Sexual Healing With Jefferson
We asked Jefferson to be on our Porno show. Because he just gets it. (Porn, that is.) Jefferson is a writer, storyteller and host of the popular and crazy amazing storytelling shows Bare! and Spill! You can check out his blog, onelifetaketwo.com, which talks about his life as a perv. We like to go over there every so often just to see what he’s tied up with.
I am well. How are you? (Was that the first question? Nailed it!)
Pretty itchy. So, like, do you have as much sex as we think you have?
How much sex do you think I have? You both seem to think about my dick a lot.
I work to maintain my slutty reputation as the easiest lay in New York City.
We kind of think you have sex a hundred times a day? Does that seem about right?
I’d deny that, but Fleet Week is coming up.
When you started your successful blog onelifetaketwo.com, did you think, “This blog is going to get me f-ing laid.”?
Actually, I started my blog because I was surprised anyone wanted to have sex with me. After a long, sexless, monogamous marriage, I felt utterly undesirable. When I was beginning to date and have sex again, the entire experience felt unreal. Every day I would write to a couple of friends to tell of the previous evening’s experience. Finally, one of them recommended I start a blog. This was in 2004, and I really had very little sense of blogs. I regarded mine as a kind of safe deposit box for my stories; it was public, but who knew if anyone would read it?
I was surprised that within two months, someone wrote to say she wanted to have sex with me, sight unseen, based on my writing. People may have sex with you because you’re cute, or funny, or smart, and that feels great. But there’s nothing like someone wanting you simply based on your writing. I dated her for about two years.
As a Storyteller and Host of two incredible storytelling shows, what kinds of stories do you like to hear?
Honestly, some of my favorite stories are those in which not very much happens. The nexus of a good story doesn’t have to involve a remarkable situation or feat. It can be the most common thing that captured the teller’s eye.
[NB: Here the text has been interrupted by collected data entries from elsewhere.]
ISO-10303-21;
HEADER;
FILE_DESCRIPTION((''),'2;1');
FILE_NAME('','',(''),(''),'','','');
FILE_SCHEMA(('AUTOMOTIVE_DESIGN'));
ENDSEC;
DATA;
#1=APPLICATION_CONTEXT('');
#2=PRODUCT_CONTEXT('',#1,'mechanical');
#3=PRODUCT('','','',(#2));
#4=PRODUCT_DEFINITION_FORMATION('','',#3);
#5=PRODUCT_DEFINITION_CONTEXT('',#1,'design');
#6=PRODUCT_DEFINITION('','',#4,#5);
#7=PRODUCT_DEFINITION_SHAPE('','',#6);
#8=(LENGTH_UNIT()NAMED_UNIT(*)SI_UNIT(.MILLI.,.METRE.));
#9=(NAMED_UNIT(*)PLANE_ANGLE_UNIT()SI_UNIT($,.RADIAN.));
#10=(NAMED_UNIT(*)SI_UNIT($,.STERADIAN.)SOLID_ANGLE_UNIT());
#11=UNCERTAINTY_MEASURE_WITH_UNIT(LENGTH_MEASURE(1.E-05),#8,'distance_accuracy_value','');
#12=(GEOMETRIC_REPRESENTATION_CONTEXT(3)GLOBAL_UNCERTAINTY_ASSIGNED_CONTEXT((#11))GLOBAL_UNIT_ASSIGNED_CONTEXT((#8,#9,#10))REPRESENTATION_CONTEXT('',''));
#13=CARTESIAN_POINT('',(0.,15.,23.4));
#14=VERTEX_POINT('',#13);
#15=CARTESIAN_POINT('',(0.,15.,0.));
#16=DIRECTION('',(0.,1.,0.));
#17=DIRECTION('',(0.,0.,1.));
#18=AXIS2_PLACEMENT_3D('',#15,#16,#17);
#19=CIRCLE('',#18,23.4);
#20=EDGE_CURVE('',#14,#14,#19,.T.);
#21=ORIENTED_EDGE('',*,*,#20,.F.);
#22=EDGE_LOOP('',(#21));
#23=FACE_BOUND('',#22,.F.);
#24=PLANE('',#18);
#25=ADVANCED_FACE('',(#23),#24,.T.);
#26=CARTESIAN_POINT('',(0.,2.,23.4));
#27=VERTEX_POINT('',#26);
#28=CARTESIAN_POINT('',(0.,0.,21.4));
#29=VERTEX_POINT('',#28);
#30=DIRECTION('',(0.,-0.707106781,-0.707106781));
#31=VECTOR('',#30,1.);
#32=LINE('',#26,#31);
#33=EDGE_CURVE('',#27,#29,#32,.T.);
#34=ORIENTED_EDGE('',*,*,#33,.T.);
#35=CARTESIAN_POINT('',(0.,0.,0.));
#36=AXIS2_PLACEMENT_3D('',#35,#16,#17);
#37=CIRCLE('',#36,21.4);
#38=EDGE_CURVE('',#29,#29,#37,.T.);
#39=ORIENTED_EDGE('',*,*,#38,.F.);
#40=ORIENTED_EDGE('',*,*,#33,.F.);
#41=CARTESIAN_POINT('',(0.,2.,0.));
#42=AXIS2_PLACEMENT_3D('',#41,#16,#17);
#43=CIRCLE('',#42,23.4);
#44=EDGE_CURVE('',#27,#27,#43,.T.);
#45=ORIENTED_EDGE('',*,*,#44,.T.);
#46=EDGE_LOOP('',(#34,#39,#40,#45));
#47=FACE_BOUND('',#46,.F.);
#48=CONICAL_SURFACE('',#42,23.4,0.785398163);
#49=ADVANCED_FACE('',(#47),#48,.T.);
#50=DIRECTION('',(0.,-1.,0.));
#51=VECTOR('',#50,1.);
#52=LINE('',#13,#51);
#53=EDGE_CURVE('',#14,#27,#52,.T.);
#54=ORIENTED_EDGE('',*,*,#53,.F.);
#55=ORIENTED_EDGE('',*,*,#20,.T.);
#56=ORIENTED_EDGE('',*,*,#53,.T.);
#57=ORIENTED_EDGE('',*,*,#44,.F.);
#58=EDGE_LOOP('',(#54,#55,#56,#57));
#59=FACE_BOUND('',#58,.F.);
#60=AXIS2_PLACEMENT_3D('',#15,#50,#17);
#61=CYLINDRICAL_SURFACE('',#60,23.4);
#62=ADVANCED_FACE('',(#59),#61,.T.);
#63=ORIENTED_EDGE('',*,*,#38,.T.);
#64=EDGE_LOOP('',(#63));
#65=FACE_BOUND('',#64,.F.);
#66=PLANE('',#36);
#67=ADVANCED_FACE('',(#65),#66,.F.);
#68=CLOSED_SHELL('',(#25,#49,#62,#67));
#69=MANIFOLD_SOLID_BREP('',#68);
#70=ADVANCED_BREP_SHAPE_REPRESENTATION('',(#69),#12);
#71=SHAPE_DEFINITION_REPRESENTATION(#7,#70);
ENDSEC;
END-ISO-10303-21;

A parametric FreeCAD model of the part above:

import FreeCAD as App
import Part
import Sketcher
Q = App.Units.Quantity

doc = App.newDocument("Part")
body = doc.addObject("PartDesign::Body", "Body")

sketch1 = doc.addObject("Sketcher::SketchObject", "Sketch")
body.addObject(sketch1)
sketch1.AttachmentSupport = (doc.YZ_Plane, [""])
sketch1.MapMode = "FlatFace"
sketch1.addGeometry([
    Part.LineSegment(App.Vector(0, 21.4, 0), App.Vector(0, 0, 0)),
    Part.LineSegment(App.Vector(0, 0, 0), App.Vector(15, 0, 0)),
    Part.LineSegment(App.Vector(15, 0, 0), App.Vector(15, 23.4, 0)),
    Part.LineSegment(App.Vector(15, 23.4, 0), App.Vector(2, 23.4, 0)),
    Part.LineSegment(App.Vector(2, 23.4, 0), App.Vector(0, 21.4, 0)),
], False)
sketch1.addConstraint([
    Sketcher.Constraint("Coincident", 0, 2, 1, 1),
    Sketcher.Constraint("Coincident", 1, 2, 2, 1),
    Sketcher.Constraint("Coincident", 2, 2, 3, 1),
    Sketcher.Constraint("Coincident", 3, 2, 4, 1),
    Sketcher.Constraint("Coincident", 4, 2, 0, 1),
    Sketcher.Constraint("Vertical", 0),
    Sketcher.Constraint("Horizontal", 1),
    Sketcher.Constraint("Vertical", 2),
    Sketcher.Constraint("Horizontal", 3),
    Sketcher.Constraint("Coincident", 0, 2, -1, 1),
    Sketcher.Constraint("DistanceX", 1, 1, 1, 2, Q("15 mm")),
    Sketcher.Constraint("DistanceY", 2, 1, 2, 2, Q("23.4 mm")),
    Sketcher.Constraint("DistanceX", -1, 1, 3, 2, Q("2 mm")),
    Sketcher.Constraint("DistanceY", 4, 2, 3, 2, Q("2 mm")),
])
revolution = doc.addObject("PartDesign::Revolution", "Revolution")
body.addObject(revolution)
revolution.Profile = sketch1
revolution.ReferenceAxis = (sketch1, ["H_Axis"])
revolution.Angle = 360

doc.recompute()
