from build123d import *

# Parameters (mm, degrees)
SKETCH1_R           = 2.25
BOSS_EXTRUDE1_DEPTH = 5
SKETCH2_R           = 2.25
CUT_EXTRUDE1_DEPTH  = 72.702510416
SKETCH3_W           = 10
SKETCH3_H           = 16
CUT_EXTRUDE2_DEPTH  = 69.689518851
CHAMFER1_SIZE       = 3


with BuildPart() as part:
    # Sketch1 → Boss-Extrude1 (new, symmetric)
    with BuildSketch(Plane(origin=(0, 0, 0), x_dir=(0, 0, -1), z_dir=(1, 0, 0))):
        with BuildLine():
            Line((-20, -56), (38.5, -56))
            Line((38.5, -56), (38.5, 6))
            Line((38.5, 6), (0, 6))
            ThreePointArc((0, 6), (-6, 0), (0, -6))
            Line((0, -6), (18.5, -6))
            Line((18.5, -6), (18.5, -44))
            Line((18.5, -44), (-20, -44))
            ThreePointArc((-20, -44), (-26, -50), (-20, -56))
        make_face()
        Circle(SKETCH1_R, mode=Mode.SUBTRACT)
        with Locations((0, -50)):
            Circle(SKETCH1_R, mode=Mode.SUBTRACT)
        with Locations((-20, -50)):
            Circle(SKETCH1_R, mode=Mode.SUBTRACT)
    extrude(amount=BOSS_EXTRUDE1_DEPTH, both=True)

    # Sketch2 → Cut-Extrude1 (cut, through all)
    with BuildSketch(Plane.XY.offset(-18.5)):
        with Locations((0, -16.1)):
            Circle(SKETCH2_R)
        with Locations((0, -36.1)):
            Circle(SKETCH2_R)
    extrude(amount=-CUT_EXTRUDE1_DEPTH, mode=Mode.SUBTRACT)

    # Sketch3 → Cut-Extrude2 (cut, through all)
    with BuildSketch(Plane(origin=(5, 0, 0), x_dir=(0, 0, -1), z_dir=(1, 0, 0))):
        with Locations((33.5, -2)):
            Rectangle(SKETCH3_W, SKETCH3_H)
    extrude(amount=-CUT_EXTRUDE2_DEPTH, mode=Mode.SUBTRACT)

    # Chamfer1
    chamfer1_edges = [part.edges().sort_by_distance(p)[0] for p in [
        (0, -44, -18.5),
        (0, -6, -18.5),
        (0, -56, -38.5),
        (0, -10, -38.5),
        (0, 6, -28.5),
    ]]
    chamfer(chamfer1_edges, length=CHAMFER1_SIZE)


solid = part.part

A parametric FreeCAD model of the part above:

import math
import FreeCAD as App
import Part
import Sketcher
from FreeCAD import Vector
Q = App.Units.Quantity


def edges_at(feature, points):
    """Names of the edges that pass closest to the given points."""
    edges = feature.Shape.Edges
    near = lambda p: min(range(len(edges)), key=lambda i: edges[i].distToShape(Part.Vertex(*p))[0])
    return sorted({f"Edge{near(p) + 1}" for p in points})


def add_polygon(sketch, points):
    """Adds a closed chain of lines whose ends are joined by coincident constraints."""
    first, n = sketch.GeometryCount, len(points)
    for a, b in zip(points, points[1:] + points[:1]):
        sketch.addGeometry(Part.LineSegment(App.Vector(*a, 0), App.Vector(*b, 0)), False)
    for i in range(n):
        sketch.addConstraint(Sketcher.Constraint("Coincident", first + i, 2, first + (i + 1) % n, 1))

doc = App.newDocument("Part")
body = doc.addObject("PartDesign::Body", "Body")

# Sketch on YZ plane
sketch1 = body.newObject("Sketcher::SketchObject", "Sketch")
sketch1.AttachmentSupport = (doc.getObject("YZ_Plane"), [""])
sketch1.MapMode = "FlatFace"
sketch1.addGeometry([
    Part.LineSegment(Vector(-56, 20, 0), Vector(-56, -38.5, 0)),  # 0
    Part.LineSegment(Vector(-56, -38.5, 0), Vector(6, -38.5, 0)),  # 1
    Part.LineSegment(Vector(6, -38.5, 0), Vector(6, 0, 0)),  # 2
    Part.ArcOfCircle(Part.Circle(Vector(0, 0, 0), Vector(0, 0, 1), 6), math.radians(0), math.radians(180)),  # 3
    Part.LineSegment(Vector(-6, 0, 0), Vector(-6, -18.5, 0)),  # 4
    Part.LineSegment(Vector(-6, -18.5, 0), Vector(-44, -18.5, 0)),  # 5
    Part.LineSegment(Vector(-44, -18.5, 0), Vector(-44, 20, 0)),  # 6
    Part.ArcOfCircle(Part.Circle(Vector(-50, 20, 0), Vector(0, 0, 1), 6), math.radians(0), math.radians(180)),  # 7
    Part.Circle(Vector(-50, 20, 0), Vector(0, 0, 1), 2.25),  # 8
    Part.Circle(Vector(-50, 0, 0), Vector(0, 0, 1), 2.25),  # 9
    Part.Circle(Vector(0, 0, 0), Vector(0, 0, 1), 2.25),  # 10
], False)
sketch1.addConstraint([
    Sketcher.Constraint("Coincident", 0, 2, 1, 1),
    Sketcher.Constraint("Coincident", 1, 2, 2, 1),
    Sketcher.Constraint("Tangent", 2, 2, 3, 1),
    Sketcher.Constraint("Tangent", 3, 2, 4, 1),
    Sketcher.Constraint("Coincident", 4, 2, 5, 1),
    Sketcher.Constraint("Coincident", 5, 2, 6, 1),
    Sketcher.Constraint("Tangent", 6, 2, 7, 1),
    Sketcher.Constraint("Tangent", 7, 2, 0, 1),
    Sketcher.Constraint("Vertical", 0),
    Sketcher.Constraint("Horizontal", 1),
    Sketcher.Constraint("Vertical", 2),
    Sketcher.Constraint("Vertical", 4),
    Sketcher.Constraint("Horizontal", 5),
    Sketcher.Constraint("Vertical", 6),
    Sketcher.Constraint("Coincident", 3, 3, -1, 1),
    Sketcher.Constraint("Coincident", 10, 3, -1, 1),
    Sketcher.Constraint("Coincident", 8, 3, 7, 3),
    Sketcher.Constraint("Equal", 3, 7),
    Sketcher.Constraint("Equal", 8, 9),
    Sketcher.Constraint("Equal", 9, 10),
    Sketcher.Constraint("PointOnObject", 9, 3, -1),
    Sketcher.Constraint("Vertical", 8, 3, 9, 3),
    Sketcher.Constraint("Equal", 2, 6),
    Sketcher.Constraint("Radius", 3, Q("6 mm")),
    Sketcher.Constraint("Diameter", 8, Q("4.5 mm")),
    Sketcher.Constraint("DistanceX", 1, 1, 1, 2, Q("62 mm")),
    Sketcher.Constraint("DistanceY", 0, 2, 0, 1, Q("58.5 mm")),
    Sketcher.Constraint("DistanceY", 2, 1, 2, 2, Q("38.5 mm")),
])
pad1 = body.newObject("PartDesign::Pad", "Pad")
pad1.Profile = sketch1
pad1.Length = 10
pad1.Midplane = True

# Sketch on XY plane
sketch2 = body.newObject("Sketcher::SketchObject", "Sketch001")
sketch2.AttachmentSupport = (doc.getObject("XY_Plane"), [""])
sketch2.MapMode = "FlatFace"
sketch2.AttachmentOffset = App.Placement(Vector(0, 0, -18.5), App.Rotation())
sketch2.addGeometry([
    Part.Circle(Vector(0, -16.1, 0), Vector(0, 0, 1), 2.25),
    Part.Circle(Vector(0, -36.1, 0), Vector(0, 0, 1), 2.25),
], False)
sketch2.addConstraint([
    Sketcher.Constraint("Equal", 0, 1),
    Sketcher.Constraint("PointOnObject", 0, 3, -2),
    Sketcher.Constraint("PointOnObject", 1, 3, -2),
    Sketcher.Constraint("Diameter", 0, Q("4.5 mm")),
    Sketcher.Constraint("DistanceY", 1, 3, 0, 3, Q("20 mm")),
    Sketcher.Constraint("DistanceY", 0, 3, -1, 1, Q("16.1 mm")),
])
pocket1 = body.newObject("PartDesign::Pocket", "Pocket")
pocket1.Profile = sketch2
pocket1.Type = "ThroughAll"

# Sketch on YZ plane
sketch3 = body.newObject("Sketcher::SketchObject", "Sketch002")
sketch3.AttachmentSupport = (doc.getObject("YZ_Plane"), [""])
sketch3.MapMode = "FlatFace"
sketch3.AttachmentOffset = App.Placement(Vector(0, 0, 5), App.Rotation())
add_polygon(sketch3, [(6, -28.5), (-10, -28.5), (-10, -38.5), (6, -38.5)])  # lines 0-3
sketch3.addConstraint([
    Sketcher.Constraint("Horizontal", 0),
    Sketcher.Constraint("Vertical", 1),
    Sketcher.Constraint("Horizontal", 2),
    Sketcher.Constraint("Vertical", 3),
    Sketcher.Constraint("DistanceX", 0, 2, 0, 1, Q("16 mm")),
    Sketcher.Constraint("DistanceY", 1, 2, 1, 1, Q("10 mm")),
    Sketcher.Constraint("DistanceX", 0, 2, -1, 1, Q("10 mm")),
    Sketcher.Constraint("DistanceY", 0, 2, -1, 1, Q("28.5 mm")),
])
pocket2 = body.newObject("PartDesign::Pocket", "Pocket001")
pocket2.Profile = sketch3
pocket2.Type = "ThroughAll"
doc.recompute()

chamfer = body.newObject("PartDesign::Chamfer", "Chamfer")
chamfer.Base = (pocket2, edges_at(pocket2, [
    (0, -44, -18.5),
    (0, -6, -18.5),
    (0, -56, -38.5),
    (0, -10, -38.5),
    (0, 6, -28.5),
]))
chamfer.Size = 3

doc.recompute()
The two shows that I host, Bare! and Spill!, bring together accomplished storytellers and comics with others such as sex educators and sex workers. I try to achieve a good balance by having each style add its own tropes to the mix of the show. I’ll frequently tell storytellers that this is an opportunity to tell a story that feels too raunchy elsewhere. For those new to storytelling, I suggest focusing on developing narrative structure. They may be out about their sexuality and accustomed to people being shocked or curious about their activities. In advising their transition to storytelling, I encourage them to get beyond that initial response. If it’s a good story, the listener will follow you into the dungeon or the orgy, but you have to get beyond the assumption that because your story about sex, it is intrinsically interesting. That’s a lesson I learned from sex blogging: so many blogs have been plodding recitations of sex acts. Sex storytelling, like sex writing, runs the risk of banality or alienation when the storyteller relies primarily on titillation.
Tell us something about orgies, are there orgy ground rules, like no texting, no banana peels, no singing sad songs?
Like any subcultural cohort, an ongoing orgy group will develop its own rules, guidelines and traditions. All tend to strongly emphasize core values around consent, but may vary about allowing singles, or kink, or alcohol, or what have you. Our group has a set of rules that goes out with every invitation. I wrote these rules based on years of experience and learning from others. In fact, I teach a class called “Orgy Etiquette and Organization” at events throughout the year.
Our party started with my dissatisfaction with parties and clubs I had encountered. I’m bisexual, so I was put off by a prevalent double-standard in traditional swinger scenes: women, no matter their actual preference, are presumed to be bisexual, whereas men, whatever their actual preferences, are dissuaded from being bisexual. Many parties allow only couples and single women; single men are not welcome. Some parties are not welcoming of transgendered people. In New York, parties typically cost $100 or more to attend. I wanted a scene that offered a safe space, welcomed newbies and all genders, allowed free sexual exploration and didn’t discriminate based on income.
My motto became: if the scene you want doesn’t exist, create it. We’re approaching a decade of success with that mission.
Have you ever gotten to the point where you realize your sex life is just too complicated and you fantasize about the missionary position?
Missionary is one of my favorite fetishes. Mormons especially, but Jehovah’s Witnesses are always welcome.